Ребята-конокрады меня ждали тише воды ниже травы - одно то, что я пустился в погоню за оборотнем, да еще лошадь при этом ловко укротил, да еще и живым вернулся, произвело на них впечатление, близкое к священному ужасу, что ли... Забавно работали их ограниченные мозги. Не бояться никакой настоящей власти, которая может и пулю в лоб влепить, и бояться порождения собственной фантазии и уважать власть настолько, насколько власть не разделяет их страха... М-да, разладилось что-то на этой земле.
- Ну что? - спросил парень, являвшийся ко мне для переговоров.
- Ничего. Ушел, - ответил я, слезая с лошади. - Лошадь возьмите. Молодцы, хороший уход за ней блюдете. Вот и сейчас не мешает ею сразу заняться. Она много прошла.
- То есть как - ушел? - спросил другой парень. - Вы его видели?
- Можно сказать, что да. Тень его видел. Ума не приложу, как он, раненый, ухитрился от меня улизнуть.
- Раненый?! - воскликнули сразу несколько голосов.
- Да. Я по кровавому следу шел, рана его кровоточила.
- А потом? - почти умоляюще проговорил тот парень, с которым я вел свои переговоры. - Не тяните, начальник, что потом было?
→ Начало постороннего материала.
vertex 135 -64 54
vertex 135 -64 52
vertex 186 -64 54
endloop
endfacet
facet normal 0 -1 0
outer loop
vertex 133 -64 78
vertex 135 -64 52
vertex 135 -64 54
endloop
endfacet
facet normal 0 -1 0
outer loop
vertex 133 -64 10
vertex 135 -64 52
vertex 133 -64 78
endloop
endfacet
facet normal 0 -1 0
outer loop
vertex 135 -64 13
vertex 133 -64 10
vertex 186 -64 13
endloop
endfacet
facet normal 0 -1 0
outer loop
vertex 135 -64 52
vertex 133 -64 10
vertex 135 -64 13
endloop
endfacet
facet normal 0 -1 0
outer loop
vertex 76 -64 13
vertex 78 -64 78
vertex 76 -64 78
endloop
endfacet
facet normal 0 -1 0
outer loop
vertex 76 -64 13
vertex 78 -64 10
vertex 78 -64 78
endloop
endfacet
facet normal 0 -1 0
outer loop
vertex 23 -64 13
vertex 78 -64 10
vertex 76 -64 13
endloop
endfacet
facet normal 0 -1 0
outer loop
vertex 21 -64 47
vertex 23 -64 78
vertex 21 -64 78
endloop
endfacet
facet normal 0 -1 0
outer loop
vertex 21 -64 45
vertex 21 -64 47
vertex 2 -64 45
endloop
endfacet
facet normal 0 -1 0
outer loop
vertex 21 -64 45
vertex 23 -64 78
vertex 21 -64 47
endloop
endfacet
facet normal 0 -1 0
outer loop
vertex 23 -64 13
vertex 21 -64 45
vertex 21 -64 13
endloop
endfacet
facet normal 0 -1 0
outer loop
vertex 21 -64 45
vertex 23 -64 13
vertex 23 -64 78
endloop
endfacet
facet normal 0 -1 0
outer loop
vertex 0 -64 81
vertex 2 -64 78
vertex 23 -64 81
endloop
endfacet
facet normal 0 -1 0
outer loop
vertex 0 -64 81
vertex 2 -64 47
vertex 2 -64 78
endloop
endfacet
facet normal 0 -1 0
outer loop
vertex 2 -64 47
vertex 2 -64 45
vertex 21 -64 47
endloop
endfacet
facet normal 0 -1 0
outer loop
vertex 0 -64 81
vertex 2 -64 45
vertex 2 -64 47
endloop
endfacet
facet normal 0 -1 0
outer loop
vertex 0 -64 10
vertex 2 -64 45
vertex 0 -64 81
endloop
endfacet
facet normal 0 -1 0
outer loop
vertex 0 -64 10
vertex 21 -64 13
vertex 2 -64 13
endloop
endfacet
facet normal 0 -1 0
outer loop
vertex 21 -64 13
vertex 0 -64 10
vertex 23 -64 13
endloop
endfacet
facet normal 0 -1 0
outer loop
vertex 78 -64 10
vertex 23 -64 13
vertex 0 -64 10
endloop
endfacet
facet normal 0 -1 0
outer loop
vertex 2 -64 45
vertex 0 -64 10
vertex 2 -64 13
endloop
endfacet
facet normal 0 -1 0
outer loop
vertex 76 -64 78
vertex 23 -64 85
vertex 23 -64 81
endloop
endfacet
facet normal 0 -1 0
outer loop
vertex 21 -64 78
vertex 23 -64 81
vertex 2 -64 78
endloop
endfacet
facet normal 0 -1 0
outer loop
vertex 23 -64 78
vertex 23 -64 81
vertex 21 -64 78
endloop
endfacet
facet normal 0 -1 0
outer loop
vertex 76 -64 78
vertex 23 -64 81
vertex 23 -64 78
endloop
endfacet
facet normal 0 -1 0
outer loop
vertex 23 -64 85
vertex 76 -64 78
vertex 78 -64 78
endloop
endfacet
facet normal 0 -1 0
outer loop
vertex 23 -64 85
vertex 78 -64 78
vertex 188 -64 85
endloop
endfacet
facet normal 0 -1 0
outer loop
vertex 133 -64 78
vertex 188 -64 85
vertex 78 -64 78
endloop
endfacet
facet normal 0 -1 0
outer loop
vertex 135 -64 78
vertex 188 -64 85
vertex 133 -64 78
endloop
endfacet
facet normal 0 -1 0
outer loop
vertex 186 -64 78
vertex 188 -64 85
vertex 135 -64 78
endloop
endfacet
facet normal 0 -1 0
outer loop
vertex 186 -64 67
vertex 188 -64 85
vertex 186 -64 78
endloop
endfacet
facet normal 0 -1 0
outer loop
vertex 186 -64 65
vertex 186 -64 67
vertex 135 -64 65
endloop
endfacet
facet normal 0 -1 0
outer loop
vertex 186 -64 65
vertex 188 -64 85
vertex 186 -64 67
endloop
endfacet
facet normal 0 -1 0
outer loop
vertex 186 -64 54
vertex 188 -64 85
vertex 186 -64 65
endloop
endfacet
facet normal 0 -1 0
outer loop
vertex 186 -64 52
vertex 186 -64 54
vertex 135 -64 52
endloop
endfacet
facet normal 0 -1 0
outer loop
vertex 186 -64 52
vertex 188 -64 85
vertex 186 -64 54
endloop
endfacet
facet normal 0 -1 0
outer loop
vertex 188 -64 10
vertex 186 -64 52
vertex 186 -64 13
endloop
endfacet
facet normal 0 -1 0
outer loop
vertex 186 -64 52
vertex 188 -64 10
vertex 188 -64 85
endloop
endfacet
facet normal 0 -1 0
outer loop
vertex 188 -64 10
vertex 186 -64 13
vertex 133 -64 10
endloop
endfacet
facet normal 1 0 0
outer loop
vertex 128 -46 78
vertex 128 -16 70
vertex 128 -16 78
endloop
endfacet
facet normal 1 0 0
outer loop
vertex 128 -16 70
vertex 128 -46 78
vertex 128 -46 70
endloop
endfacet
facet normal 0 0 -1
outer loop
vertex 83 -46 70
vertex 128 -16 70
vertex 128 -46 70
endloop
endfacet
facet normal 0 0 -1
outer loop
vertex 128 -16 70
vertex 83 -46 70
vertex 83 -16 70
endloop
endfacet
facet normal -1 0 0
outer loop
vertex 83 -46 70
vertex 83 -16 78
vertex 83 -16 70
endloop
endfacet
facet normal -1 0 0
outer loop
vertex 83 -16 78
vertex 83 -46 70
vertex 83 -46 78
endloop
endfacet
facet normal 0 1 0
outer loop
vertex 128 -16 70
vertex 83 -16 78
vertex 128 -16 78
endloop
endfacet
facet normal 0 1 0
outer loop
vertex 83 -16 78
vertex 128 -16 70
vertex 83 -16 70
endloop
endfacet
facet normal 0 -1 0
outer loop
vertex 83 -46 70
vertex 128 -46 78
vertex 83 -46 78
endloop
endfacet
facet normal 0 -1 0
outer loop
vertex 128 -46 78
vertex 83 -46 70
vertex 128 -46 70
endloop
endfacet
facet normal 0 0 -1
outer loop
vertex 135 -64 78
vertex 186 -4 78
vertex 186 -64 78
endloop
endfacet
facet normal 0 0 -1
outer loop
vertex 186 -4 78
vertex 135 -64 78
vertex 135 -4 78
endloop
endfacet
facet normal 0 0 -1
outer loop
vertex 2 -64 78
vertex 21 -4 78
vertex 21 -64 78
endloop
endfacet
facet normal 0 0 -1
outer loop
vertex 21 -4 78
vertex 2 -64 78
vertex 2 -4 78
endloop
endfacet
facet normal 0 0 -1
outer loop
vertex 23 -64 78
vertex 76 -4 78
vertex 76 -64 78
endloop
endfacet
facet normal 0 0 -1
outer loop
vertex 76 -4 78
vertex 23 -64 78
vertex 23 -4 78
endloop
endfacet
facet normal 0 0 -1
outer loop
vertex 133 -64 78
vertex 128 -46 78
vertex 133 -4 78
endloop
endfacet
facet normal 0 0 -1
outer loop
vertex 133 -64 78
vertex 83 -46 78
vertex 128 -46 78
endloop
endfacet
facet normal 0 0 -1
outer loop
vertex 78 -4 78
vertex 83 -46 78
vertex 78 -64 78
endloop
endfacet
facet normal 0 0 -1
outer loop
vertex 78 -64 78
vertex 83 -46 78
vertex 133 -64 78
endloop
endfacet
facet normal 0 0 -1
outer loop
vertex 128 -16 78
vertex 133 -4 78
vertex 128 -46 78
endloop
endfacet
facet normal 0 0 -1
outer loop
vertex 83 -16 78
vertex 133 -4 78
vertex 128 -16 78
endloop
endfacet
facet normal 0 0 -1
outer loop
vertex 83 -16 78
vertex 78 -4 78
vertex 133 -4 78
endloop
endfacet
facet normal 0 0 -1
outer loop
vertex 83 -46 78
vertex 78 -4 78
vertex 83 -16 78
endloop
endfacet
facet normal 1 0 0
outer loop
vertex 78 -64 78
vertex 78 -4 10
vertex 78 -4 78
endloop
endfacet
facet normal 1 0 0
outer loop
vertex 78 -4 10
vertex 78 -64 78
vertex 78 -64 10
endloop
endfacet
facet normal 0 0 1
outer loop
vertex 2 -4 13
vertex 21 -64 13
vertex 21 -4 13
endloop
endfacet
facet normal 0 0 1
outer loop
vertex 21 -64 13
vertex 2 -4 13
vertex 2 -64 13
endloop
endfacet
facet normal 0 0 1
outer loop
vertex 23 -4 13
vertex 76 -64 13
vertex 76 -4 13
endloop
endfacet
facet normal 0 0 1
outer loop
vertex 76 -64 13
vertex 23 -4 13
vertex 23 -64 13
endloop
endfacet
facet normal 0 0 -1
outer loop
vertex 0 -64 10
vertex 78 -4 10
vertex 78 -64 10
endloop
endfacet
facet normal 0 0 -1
- Говорю ж, ничего не было. Я по кровавому следу дошел за ним до того маленького кладбища возле Митрохина. А посреди кладбища след взял да исчез у одной из могил. Я пошарил вокруг, но его как языком слизнуло.
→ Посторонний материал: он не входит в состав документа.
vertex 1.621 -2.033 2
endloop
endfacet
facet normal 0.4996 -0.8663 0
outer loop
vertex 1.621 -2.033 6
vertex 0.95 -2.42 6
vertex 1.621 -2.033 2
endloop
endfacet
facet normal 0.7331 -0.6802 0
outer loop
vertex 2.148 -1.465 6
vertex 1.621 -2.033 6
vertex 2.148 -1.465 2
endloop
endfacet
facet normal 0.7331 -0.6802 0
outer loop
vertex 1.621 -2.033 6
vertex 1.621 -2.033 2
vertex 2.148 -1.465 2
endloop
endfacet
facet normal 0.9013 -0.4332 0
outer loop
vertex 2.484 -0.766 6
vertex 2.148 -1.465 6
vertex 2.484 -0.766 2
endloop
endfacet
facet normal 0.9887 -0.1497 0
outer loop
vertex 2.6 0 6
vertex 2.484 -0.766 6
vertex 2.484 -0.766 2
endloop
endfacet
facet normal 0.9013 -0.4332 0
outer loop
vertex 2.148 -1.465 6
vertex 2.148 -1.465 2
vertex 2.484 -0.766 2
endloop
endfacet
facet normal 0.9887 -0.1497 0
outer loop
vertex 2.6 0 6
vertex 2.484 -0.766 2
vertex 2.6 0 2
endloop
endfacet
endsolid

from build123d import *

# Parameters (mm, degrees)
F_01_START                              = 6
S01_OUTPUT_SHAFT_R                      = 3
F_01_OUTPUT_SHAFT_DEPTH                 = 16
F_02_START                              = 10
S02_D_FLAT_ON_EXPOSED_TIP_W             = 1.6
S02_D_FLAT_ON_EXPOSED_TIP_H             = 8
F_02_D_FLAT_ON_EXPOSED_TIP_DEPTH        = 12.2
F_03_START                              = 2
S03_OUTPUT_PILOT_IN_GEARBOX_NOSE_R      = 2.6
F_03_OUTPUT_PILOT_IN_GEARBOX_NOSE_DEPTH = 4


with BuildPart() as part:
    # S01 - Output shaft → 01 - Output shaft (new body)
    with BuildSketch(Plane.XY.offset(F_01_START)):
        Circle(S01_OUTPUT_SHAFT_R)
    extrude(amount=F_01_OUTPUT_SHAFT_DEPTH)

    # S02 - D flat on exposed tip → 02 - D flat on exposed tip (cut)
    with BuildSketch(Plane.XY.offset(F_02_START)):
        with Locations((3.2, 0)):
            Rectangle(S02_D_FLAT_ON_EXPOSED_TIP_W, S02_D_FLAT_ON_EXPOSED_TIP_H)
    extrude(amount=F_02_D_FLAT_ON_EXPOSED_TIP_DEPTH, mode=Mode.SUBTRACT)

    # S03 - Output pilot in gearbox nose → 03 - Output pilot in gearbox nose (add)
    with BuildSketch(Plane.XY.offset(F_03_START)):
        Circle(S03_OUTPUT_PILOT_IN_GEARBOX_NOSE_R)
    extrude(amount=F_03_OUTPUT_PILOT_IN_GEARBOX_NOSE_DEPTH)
Наступила полная тишина. Я внимательно поглядел на ребят.
- Если кто мне не верит, может съездить туда. Хоть сейчас, хоть утром. И кровавый след найдете, и увидите, как мы шли. Может, лучше меня догадаетесь, как он меня вокруг пальца обвел. И мне заодно подскажете. Все-таки местность знаете.
- Да чего тут догадываться? - угрюмо проговорил один из моих удалых конокрадов. - В могилу он свою ушел. Надо завтра открыть могилу, он, небось, лежит там и рану зализывает. Осиновый кол вот только приготовить.
- Вот еще вздумали, могилу разворотить! - заметил я. - Нет, этот гад по земле ходит. Но теперь я до него доберусь, раз он у меня меченый... Да, кстати, насчет моих меток. Где, этот, с простреленной рукой? А, вот ты. Ну-ка, покажи руку. До чего ж грязной тряпицей замотал. Порядок, навылет, сквозь мягкие ткани. Но лучше врачу показаться. Пошли, сейчас врача из постели вытащим.
- А Гришку освободить? - подсказал один из парней.
- Да, Гришка. Чуть не забыл про него... Сейчас.
Я прошел в здание, спустился к камере, отпер ее. Гришка сидел на нарах, поджав ноги.
- Ты чего, начальник, посередь ночи? - встрепенулся он.
- Выходи, - сказал я. - Мы с твоими друзьями обо всем договорились.
- Я что, свободен?
- Пока что да. А дальше от тебя зависеть будет.
Он пулей вылетел на улицу. Когда я вышел вслед за ним, он уже переговаривался с приятелем.
- Растекайтесь, - велел я. - Больше ничего интересного не будет. И не вздумайте бедокурить. Раненый, за мной.